--- Data for this exercise Enclosed Below ---
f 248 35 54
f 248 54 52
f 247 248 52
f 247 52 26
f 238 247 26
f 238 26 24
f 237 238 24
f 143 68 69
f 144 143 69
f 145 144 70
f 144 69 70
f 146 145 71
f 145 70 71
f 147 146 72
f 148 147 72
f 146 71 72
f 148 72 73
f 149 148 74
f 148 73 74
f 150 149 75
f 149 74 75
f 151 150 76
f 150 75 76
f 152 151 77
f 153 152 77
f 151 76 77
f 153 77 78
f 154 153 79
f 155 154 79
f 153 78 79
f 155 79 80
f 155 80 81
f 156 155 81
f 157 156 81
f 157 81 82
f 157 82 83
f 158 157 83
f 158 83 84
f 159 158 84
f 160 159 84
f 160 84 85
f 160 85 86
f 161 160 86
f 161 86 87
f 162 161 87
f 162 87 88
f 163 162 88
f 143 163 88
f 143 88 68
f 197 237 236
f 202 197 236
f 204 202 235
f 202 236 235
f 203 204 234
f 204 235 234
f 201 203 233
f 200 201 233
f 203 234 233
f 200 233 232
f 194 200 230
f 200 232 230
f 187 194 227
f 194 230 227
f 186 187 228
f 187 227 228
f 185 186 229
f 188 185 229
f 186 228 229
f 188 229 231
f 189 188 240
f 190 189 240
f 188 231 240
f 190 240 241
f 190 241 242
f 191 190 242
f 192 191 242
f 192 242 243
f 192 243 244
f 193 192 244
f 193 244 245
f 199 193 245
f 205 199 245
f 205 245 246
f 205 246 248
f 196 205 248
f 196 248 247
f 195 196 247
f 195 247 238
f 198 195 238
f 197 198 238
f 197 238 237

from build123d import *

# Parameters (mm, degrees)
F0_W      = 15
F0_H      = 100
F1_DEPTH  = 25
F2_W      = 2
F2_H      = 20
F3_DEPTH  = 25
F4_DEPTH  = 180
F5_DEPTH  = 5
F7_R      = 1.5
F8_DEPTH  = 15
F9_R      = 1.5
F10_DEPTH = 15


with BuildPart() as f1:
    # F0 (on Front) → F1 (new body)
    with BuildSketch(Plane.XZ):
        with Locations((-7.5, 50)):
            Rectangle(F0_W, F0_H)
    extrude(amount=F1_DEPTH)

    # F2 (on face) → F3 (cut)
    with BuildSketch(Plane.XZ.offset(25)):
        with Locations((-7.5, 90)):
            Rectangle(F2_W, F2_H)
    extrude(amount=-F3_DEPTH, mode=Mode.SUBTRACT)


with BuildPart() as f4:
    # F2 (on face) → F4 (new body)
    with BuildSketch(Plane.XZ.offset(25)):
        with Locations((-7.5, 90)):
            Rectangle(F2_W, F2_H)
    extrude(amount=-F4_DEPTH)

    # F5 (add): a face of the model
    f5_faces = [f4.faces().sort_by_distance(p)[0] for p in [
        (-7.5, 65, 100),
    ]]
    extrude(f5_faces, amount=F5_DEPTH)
--- End of Enclosed Data for this exercise ---
--- Data for this exercise Enclosed Below ---
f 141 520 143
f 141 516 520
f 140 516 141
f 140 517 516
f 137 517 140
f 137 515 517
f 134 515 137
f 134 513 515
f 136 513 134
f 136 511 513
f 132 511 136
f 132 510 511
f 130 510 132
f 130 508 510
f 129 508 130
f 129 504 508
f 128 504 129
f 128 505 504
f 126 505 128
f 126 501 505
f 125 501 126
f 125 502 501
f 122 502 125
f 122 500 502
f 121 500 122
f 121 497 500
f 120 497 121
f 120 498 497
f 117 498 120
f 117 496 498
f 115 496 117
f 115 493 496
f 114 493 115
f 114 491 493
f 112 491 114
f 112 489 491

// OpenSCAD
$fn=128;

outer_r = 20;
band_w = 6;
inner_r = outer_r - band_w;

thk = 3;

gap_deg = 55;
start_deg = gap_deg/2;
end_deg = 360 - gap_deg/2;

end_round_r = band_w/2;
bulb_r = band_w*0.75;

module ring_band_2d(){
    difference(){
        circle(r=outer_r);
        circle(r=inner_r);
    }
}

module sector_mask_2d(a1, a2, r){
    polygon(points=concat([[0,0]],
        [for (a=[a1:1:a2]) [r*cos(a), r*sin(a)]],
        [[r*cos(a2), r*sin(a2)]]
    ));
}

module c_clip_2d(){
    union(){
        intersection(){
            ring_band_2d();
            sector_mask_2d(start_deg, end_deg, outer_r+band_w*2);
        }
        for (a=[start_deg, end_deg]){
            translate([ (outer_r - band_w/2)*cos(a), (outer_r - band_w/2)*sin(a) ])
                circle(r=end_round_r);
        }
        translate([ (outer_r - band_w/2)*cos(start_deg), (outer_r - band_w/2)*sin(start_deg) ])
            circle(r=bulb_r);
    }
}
--- End of Enclosed Data for this exercise ---
--- Data for this exercise Enclosed Below ---
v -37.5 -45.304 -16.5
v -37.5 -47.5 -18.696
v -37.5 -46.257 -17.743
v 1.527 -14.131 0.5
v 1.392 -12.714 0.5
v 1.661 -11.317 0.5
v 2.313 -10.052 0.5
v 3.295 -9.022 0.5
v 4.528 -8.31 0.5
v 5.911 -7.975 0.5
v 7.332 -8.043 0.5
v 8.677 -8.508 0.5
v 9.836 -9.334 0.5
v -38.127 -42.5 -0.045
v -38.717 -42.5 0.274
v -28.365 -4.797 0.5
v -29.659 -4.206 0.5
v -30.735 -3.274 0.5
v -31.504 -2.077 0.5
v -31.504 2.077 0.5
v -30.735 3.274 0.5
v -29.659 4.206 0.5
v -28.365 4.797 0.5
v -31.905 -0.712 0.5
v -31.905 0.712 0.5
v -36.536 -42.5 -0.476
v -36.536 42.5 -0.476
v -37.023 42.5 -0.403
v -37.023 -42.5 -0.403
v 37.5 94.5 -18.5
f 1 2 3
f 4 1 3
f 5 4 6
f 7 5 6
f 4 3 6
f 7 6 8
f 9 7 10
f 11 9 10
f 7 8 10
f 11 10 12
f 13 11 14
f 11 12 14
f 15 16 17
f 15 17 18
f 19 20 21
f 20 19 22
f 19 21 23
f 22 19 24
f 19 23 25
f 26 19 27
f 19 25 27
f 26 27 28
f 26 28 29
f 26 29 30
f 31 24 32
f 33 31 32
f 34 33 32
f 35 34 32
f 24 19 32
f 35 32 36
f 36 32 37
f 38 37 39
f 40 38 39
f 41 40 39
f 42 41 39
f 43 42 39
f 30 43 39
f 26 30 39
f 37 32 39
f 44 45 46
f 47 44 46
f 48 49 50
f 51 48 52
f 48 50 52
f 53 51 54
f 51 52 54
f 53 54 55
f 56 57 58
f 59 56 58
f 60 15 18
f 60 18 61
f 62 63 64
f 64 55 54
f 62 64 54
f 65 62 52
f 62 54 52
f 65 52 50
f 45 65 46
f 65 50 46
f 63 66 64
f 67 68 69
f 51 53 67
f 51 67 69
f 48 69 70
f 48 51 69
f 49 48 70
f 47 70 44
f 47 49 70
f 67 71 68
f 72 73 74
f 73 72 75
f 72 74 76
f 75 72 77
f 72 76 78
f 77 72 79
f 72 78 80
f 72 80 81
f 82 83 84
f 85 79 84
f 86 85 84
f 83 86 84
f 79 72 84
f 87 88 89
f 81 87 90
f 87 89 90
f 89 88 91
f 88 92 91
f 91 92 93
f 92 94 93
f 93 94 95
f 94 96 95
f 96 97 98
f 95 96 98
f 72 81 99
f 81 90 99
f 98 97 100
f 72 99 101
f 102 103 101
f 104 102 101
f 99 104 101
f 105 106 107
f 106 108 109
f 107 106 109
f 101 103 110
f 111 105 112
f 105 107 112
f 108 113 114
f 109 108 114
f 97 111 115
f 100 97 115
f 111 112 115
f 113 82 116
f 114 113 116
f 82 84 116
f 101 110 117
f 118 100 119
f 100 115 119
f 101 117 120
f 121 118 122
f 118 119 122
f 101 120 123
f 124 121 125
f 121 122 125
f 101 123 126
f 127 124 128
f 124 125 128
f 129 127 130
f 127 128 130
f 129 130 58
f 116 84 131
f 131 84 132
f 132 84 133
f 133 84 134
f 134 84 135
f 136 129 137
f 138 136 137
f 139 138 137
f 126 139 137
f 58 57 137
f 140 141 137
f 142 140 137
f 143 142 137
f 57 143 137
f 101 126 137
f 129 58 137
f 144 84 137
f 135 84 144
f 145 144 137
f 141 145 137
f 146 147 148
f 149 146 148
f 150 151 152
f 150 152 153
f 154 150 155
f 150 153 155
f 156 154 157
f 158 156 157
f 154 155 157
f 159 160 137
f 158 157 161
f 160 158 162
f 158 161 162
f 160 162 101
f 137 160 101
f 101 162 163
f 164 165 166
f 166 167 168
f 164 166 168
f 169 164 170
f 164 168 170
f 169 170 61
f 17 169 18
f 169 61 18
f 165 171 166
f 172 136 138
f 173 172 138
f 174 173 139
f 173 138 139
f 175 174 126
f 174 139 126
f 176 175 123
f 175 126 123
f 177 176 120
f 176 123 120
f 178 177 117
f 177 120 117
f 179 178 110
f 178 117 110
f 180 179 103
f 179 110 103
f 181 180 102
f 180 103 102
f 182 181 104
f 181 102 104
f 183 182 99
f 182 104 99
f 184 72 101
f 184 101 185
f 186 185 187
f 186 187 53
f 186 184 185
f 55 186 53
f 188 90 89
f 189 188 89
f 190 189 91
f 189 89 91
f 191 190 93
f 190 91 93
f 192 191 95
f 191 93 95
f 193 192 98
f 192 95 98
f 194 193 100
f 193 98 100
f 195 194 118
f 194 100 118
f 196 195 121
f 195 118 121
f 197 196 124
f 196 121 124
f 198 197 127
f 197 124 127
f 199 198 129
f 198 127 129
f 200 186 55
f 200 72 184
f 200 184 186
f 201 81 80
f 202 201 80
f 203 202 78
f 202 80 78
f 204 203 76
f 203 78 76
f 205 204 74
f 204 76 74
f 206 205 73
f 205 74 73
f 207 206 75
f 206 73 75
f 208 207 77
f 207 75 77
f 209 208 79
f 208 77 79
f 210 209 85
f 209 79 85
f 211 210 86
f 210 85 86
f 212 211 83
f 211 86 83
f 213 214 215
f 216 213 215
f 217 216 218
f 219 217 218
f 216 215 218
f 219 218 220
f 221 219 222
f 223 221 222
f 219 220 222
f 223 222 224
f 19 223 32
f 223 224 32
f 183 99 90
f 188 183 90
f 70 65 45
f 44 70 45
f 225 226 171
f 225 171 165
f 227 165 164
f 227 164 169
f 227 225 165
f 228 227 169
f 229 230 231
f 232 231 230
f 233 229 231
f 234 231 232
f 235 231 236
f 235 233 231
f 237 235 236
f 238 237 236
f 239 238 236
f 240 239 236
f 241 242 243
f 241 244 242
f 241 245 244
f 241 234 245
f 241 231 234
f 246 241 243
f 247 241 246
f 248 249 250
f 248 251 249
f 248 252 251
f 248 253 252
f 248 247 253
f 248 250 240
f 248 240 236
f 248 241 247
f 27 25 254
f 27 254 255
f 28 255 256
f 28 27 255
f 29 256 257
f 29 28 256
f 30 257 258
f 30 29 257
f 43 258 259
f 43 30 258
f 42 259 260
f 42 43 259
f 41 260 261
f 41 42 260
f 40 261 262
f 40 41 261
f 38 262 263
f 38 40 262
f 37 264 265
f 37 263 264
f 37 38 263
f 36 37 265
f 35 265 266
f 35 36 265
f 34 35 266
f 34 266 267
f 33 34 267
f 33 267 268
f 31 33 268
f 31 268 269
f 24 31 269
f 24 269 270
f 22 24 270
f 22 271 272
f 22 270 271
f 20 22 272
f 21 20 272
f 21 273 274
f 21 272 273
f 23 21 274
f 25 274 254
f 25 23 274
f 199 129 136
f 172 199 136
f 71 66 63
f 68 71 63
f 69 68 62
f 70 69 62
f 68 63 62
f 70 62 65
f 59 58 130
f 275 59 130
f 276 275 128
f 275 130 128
--- End of Enclosed Data for this exercise ---
[About this exercise]
All lines in the entries above that hold the word "body" need to be copied.

[Response for this exercise]
    # F0 (on Front) → F1 (new body)
    # F2 (on face) → F4 (new body)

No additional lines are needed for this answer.